DIE ZWEI LEBEN DES DANIEL SHORE

(D, 2009)

Regie: Michael Dreher
Film-Länge: 95 Min.
 
"Die zwei Leben des Daniel Shore" auf DVD bestellen
DVD:  6.66 EUR
  


 Kino-Start:
 11.02.2010

 DVD/Blu-ray-Start:
 18.11.2010

 Free-TV-Start:
 11.01.2012

"Die zwei Leben des Daniel Shore" - Handlung und Infos zum Film:


Daniel Shore (Nikolai Kinski) erwartet vom Leben vor allem eines: dass es ihn immer wieder überrascht. Manchmal aber sind die Überraschungen, die das Schicksal für ihn bereithält, erheblich beunruhigender als er verkraften kann. Daniel ist ein junger Akademiker, der mit seiner Doktorarbeit nicht richtig weiterkommt. In Tanger hat er sich eine Auszeit gegönnt, verbringt ein paar Wochen in einem Haus, das ihm sein Freund Henry (Sean Gullette) überlassen hat und genießt das internationale Flair der Stadt.

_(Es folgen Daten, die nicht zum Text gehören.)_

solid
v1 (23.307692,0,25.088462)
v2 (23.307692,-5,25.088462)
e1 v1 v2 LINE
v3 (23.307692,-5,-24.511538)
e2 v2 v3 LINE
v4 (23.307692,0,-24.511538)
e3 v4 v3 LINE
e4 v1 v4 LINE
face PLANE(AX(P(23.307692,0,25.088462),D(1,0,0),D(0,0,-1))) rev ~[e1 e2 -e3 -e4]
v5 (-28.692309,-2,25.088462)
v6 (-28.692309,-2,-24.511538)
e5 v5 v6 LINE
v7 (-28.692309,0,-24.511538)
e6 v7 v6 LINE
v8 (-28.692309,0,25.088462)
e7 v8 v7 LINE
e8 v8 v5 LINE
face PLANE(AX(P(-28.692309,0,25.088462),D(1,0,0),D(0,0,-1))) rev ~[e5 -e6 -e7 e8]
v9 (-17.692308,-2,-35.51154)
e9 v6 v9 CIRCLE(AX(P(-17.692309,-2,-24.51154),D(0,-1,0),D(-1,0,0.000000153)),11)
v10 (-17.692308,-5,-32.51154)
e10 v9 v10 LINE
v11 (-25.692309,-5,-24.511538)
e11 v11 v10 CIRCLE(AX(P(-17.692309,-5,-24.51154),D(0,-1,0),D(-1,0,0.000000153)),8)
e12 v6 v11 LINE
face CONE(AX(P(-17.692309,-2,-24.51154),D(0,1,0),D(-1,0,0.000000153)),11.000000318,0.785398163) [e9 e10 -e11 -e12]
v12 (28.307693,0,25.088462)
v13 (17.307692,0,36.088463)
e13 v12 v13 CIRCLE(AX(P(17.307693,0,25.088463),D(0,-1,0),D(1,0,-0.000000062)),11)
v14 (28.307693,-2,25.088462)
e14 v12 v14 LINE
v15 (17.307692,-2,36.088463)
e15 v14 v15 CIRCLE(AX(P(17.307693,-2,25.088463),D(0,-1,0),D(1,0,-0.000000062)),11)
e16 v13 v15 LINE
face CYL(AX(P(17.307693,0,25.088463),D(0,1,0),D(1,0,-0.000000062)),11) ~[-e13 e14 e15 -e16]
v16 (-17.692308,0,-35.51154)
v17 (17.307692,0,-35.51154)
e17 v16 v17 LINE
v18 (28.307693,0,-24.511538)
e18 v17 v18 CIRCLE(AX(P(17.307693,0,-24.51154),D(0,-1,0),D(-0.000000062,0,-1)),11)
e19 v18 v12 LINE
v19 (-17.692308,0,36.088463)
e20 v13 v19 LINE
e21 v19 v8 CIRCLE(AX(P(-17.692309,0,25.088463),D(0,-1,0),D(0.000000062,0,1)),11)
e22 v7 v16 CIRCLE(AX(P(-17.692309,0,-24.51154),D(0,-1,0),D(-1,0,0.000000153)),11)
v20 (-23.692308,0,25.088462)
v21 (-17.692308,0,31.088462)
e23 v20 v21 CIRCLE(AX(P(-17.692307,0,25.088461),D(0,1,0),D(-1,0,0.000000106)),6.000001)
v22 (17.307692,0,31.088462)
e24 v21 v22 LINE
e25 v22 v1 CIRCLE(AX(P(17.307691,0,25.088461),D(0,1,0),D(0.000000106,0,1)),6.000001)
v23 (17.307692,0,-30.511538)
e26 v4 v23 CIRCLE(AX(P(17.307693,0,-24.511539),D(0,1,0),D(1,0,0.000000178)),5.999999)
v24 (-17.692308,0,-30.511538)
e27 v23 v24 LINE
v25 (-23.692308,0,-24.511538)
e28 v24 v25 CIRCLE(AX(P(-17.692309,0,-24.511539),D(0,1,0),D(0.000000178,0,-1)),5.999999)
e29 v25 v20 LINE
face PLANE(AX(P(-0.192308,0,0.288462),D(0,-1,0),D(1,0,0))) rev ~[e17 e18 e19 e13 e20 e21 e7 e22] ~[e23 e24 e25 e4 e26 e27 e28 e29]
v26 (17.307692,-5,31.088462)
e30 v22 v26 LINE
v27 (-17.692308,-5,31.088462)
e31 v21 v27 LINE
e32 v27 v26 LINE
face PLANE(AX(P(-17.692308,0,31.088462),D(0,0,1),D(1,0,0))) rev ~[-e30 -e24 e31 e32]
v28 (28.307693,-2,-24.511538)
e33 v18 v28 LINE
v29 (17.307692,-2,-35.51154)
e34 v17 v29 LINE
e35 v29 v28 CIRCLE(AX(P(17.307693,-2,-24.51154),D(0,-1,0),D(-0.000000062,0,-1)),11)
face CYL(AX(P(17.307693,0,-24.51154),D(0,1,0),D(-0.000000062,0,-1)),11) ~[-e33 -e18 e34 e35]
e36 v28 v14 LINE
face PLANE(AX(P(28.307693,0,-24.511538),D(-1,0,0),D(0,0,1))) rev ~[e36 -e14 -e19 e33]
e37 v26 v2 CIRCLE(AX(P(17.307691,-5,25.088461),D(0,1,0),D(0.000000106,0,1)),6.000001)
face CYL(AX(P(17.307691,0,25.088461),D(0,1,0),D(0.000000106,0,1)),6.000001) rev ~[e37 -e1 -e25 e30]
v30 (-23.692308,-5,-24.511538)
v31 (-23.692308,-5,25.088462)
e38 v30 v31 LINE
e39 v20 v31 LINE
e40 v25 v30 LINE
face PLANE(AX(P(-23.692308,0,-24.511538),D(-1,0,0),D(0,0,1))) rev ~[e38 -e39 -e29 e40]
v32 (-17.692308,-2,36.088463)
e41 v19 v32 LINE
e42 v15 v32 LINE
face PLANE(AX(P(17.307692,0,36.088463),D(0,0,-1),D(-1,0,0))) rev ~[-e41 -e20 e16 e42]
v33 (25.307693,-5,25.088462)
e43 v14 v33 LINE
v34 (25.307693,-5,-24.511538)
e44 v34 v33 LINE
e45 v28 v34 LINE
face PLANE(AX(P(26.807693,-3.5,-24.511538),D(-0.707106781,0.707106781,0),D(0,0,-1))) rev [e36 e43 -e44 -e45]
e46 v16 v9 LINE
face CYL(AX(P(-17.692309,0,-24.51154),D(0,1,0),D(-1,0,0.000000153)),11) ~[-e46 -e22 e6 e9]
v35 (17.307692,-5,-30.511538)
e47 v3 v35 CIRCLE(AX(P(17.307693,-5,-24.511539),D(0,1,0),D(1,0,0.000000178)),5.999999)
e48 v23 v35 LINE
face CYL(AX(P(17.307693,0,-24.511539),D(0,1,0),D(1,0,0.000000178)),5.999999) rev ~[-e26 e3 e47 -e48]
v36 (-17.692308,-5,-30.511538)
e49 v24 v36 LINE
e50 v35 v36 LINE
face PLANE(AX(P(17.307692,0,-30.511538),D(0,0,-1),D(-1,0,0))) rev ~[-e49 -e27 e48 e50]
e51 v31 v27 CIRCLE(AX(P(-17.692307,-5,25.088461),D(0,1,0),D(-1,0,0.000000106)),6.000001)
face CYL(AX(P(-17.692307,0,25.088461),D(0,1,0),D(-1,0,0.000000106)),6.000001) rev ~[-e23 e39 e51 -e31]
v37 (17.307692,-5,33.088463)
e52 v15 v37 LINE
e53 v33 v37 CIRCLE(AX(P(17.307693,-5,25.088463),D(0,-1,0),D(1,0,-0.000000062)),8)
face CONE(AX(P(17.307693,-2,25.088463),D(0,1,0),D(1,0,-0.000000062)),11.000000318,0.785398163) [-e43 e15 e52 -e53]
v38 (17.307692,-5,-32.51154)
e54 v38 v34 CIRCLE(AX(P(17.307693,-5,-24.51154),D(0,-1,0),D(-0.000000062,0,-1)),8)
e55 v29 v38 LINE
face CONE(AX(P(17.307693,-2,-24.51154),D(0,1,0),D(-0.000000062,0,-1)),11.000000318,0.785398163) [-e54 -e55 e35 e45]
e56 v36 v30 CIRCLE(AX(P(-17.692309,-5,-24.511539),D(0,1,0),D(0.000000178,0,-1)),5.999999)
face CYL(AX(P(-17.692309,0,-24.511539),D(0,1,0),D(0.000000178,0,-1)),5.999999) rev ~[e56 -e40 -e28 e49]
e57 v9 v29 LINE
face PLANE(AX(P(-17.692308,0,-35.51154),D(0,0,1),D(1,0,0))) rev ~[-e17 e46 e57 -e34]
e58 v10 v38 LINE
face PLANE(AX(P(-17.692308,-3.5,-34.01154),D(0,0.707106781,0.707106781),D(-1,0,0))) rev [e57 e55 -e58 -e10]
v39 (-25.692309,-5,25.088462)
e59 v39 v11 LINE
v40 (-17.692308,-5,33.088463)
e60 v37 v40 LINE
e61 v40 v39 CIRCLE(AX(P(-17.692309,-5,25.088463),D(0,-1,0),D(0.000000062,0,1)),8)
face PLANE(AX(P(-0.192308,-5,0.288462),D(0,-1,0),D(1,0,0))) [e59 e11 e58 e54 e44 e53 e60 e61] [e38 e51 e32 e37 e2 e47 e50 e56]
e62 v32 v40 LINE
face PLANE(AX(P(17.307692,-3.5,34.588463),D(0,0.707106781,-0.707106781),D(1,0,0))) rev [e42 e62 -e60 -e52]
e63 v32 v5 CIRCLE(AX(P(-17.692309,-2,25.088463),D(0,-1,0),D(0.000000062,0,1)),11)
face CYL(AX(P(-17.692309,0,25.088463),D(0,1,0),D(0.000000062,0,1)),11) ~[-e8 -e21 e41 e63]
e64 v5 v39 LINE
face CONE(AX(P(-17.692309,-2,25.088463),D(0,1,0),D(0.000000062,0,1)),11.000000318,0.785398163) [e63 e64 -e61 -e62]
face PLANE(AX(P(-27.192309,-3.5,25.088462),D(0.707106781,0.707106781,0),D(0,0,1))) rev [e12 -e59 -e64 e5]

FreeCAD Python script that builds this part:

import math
import FreeCAD as App
import Part
import Sketcher


def edges_at(feature, points):
    """Names of the edges that pass closest to the given points."""
    edges = feature.Shape.Edges
    near = lambda p: min(range(len(edges)), key=lambda i: edges[i].distToShape(Part.Vertex(*p))[0])
    return sorted({f"Edge{near(p) + 1}" for p in points})

doc = App.newDocument("Part")
params = doc.addObject("Spreadsheet::Sheet", "Params")
for row, (alias, value) in enumerate([
    ("sketch1_radius", "11 mm"),
    ("sketch1_radius2", "6.000001 mm"),
    ("sketch1_width", "35 mm"),
    ("sketch1_height", "49.6 mm"),
    ("pad1_length", "5 mm"),
    ("chamfer_size", "3 mm"),
], start=1):
    params.set(f"A{row}", alias)
    params.set(f"B{row}", "=" + value)
    params.setAlias(f"B{row}", alias)

body = doc.addObject("PartDesign::Body", "Body")

# Sketch on XZ plane
sketch1 = body.newObject("Sketcher::SketchObject", "Sketch")
sketch1.AttachmentSupport = (doc.getObject("XZ_Plane"), [""])
sketch1.MapMode = "FlatFace"
sketch1.addGeometry([
    Part.LineSegment(App.Vector(17.307692, 36.088463, 0), App.Vector(-17.692308, 36.088463, 0)),  # 0
    Part.ArcOfCircle(Part.Circle(App.Vector(-17.692309, 25.088463, 0), App.Vector(0, 0, 1), 11), math.radians(89.999996), math.radians(180.000004)),  # 1
    Part.LineSegment(App.Vector(-28.692309, 25.088462, 0), App.Vector(-28.692309, -24.511538, 0)),  # 2
    Part.ArcOfCircle(Part.Circle(App.Vector(-17.692309, -24.51154, 0), App.Vector(0, 0, 1), 11), math.radians(179.999991), math.radians(270.000004)),  # 3
    Part.LineSegment(App.Vector(-17.692308, -35.51154, 0), App.Vector(17.307692, -35.51154, 0)),  # 4
    Part.ArcOfCircle(Part.Circle(App.Vector(17.307693, -24.51154, 0), App.Vector(0, 0, 1), 11), math.radians(-90.000004), math.radians(0.000009)),  # 5
    Part.LineSegment(App.Vector(28.307693, -24.511538, 0), App.Vector(28.307693, 25.088462, 0)),  # 6
    Part.ArcOfCircle(Part.Circle(App.Vector(17.307693, 25.088463, 0), App.Vector(0, 0, 1), 11), math.radians(-0.000004), math.radians(90.000004)),  # 7
    Part.LineSegment(App.Vector(-23.692308, -24.511538, 0), App.Vector(-23.692308, 25.088462, 0)),  # 8
    Part.ArcOfCircle(Part.Circle(App.Vector(-17.692307, 25.088461, 0), App.Vector(0, 0, 1), 6.000001), math.radians(90.000006), math.radians(179.999994)),  # 9
    Part.LineSegment(App.Vector(-17.692308, 31.088462, 0), App.Vector(17.307692, 31.088462, 0)),  # 10
    Part.ArcOfCircle(Part.Circle(App.Vector(17.307691, 25.088461, 0), App.Vector(0, 0, 1), 6.000001), math.radians(0.000006), math.radians(89.999994)),  # 11
    Part.LineSegment(App.Vector(23.307692, 25.088462, 0), App.Vector(23.307692, -24.511538, 0)),  # 12
    Part.ArcOfCircle(Part.Circle(App.Vector(17.307693, -24.511539, 0), App.Vector(0, 0, 1), 5.999999), math.radians(-90.00001), math.radians(0.00001)),  # 13
    Part.LineSegment(App.Vector(17.307692, -30.511538, 0), App.Vector(-17.692308, -30.511538, 0)),  # 14
    Part.ArcOfCircle(Part.Circle(App.Vector(-17.692309, -24.511539, 0), App.Vector(0, 0, 1), 5.999999), math.radians(179.99999), math.radians(270.00001)),  # 15
], False)
sketch1.addConstraint([
    Sketcher.Constraint("Tangent", 0, 2, 1, 1),
    Sketcher.Constraint("Tangent", 1, 2, 2, 1),
    Sketcher.Constraint("Tangent", 2, 2, 3, 1),
    Sketcher.Constraint("Tangent", 3, 2, 4, 1),
    Sketcher.Constraint("Tangent", 4, 2, 5, 1),
    Sketcher.Constraint("Tangent", 5, 2, 6, 1),
    Sketcher.Constraint("Tangent", 6, 2, 7, 1),
    Sketcher.Constraint("Tangent", 7, 2, 0, 1),
    Sketcher.Constraint("Tangent", 8, 2, 9, 2),
    Sketcher.Constraint("Tangent", 9, 1, 10, 1),
    Sketcher.Constraint("Tangent", 10, 2, 11, 2),
    Sketcher.Constraint("Tangent", 11, 1, 12, 1),
    Sketcher.Constraint("Tangent", 12, 2, 13, 2),
    Sketcher.Constraint("Tangent", 13, 1, 14, 1),
    Sketcher.Constraint("Tangent", 14, 2, 15, 2),
    Sketcher.Constraint("Tangent", 15, 1, 8, 1),
    Sketcher.Constraint("Horizontal", 0),
    Sketcher.Constraint("Vertical", 2),
    Sketcher.Constraint("Horizontal", 4),
    Sketcher.Constraint("Vertical", 6),
    Sketcher.Constraint("Vertical", 8),
    Sketcher.Constraint("Horizontal", 10),
    Sketcher.Constraint("Vertical", 12),
    Sketcher.Constraint("Horizontal", 14),
    Sketcher.Constraint("Coincident", 9, 3, 1, 3),
    Sketcher.Constraint("Coincident", 11, 3, 7, 3),
    Sketcher.Constraint("Coincident", 13, 3, 5, 3),
    Sketcher.Constraint("Equal", 1, 3),
    Sketcher.Constraint("Equal", 3, 5),
    Sketcher.Constraint("Equal", 5, 7),
    Sketcher.Constraint("Equal", 13, 15),
    Sketcher.Constraint("Radius", 1, 11.0),
    Sketcher.Constraint("Radius", 9, 6.000001),
    Sketcher.Constraint("DistanceX", 0, 2, 0, 1, 35.0),
    Sketcher.Constraint("DistanceY", 2, 2, 2, 1, 49.6),
    Sketcher.Constraint("DistanceX", 1, 3, -1, 1, 17.692309),
    Sketcher.Constraint("DistanceY", 3, 3, -1, 1, 24.51154),
])
sketch1.setExpression("Constraints[31]", "Params.sketch1_radius")
sketch1.setExpression("Constraints[32]", "Params.sketch1_radius2")
sketch1.setExpression("Constraints[33]", "Params.sketch1_width")
sketch1.setExpression("Constraints[34]", "Params.sketch1_height")
pad1 = body.newObject("PartDesign::Pad", "Pad")
pad1.Profile = sketch1
pad1.setExpression("Length", "Params.pad1_length")
doc.recompute()

chamfer = body.newObject("PartDesign::Chamfer", "Chamfer")
chamfer.Base = (pad1, edges_at(pad1, [(28.308, -5, 0.288)]))
chamfer.setExpression("Size", "Params.chamfer_size")

doc.recompute()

Bei seinen Streifzügen lernt er das aufregende Nachtgeschöpf Imane (Morjana Alaoui) kennen. Daniel und das marokkanische Mädchen sind bald unzertrennlich und zusammen mit Imanes zehnjährigem Sohn geben sie fast das Idealbild einer netten Familie ab. Als Henry nach Tanger zurückkehrt, wird bald deutlich, dass hinter der offenkundigen Großzügigkeit und dem einnehmenden Wesen von Daniels Freund ein dunkles Geheimnis steckt. Als Daniel nach einem heftigen Streit mit Imane überstürzt das Haus verlässt, bleibt ihr Sohn alleine im Hause zurück.

Wenig später kehren beide wieder versöhnt zurück und finden den Jungen tot vor dem Haus vor. Vieles deutet darauf hin, dass er auf der Flucht vor Henrys Zudringlichkeiten von der Dachterrasse gestürzt ist. Daniel macht sich Vorwürfe, dass er nicht besser auf den Jungen aufgepasst hat. In den polizeilichen Akten wird das Ereignis als Unfall geführt. Imane hat sich ihr Schweigen abkaufen lassen. Das Geld wird ihr vielleicht reichen, um demnächst nach Europa ausreisen zu können. Europa, das ist in Tanger für viele Menschen ein unerreichbares Traumziel, obwohl es in greifbarer Nähe liegt – gleich am Horizont, auf der anderen Seite der Straße von Gibraltar.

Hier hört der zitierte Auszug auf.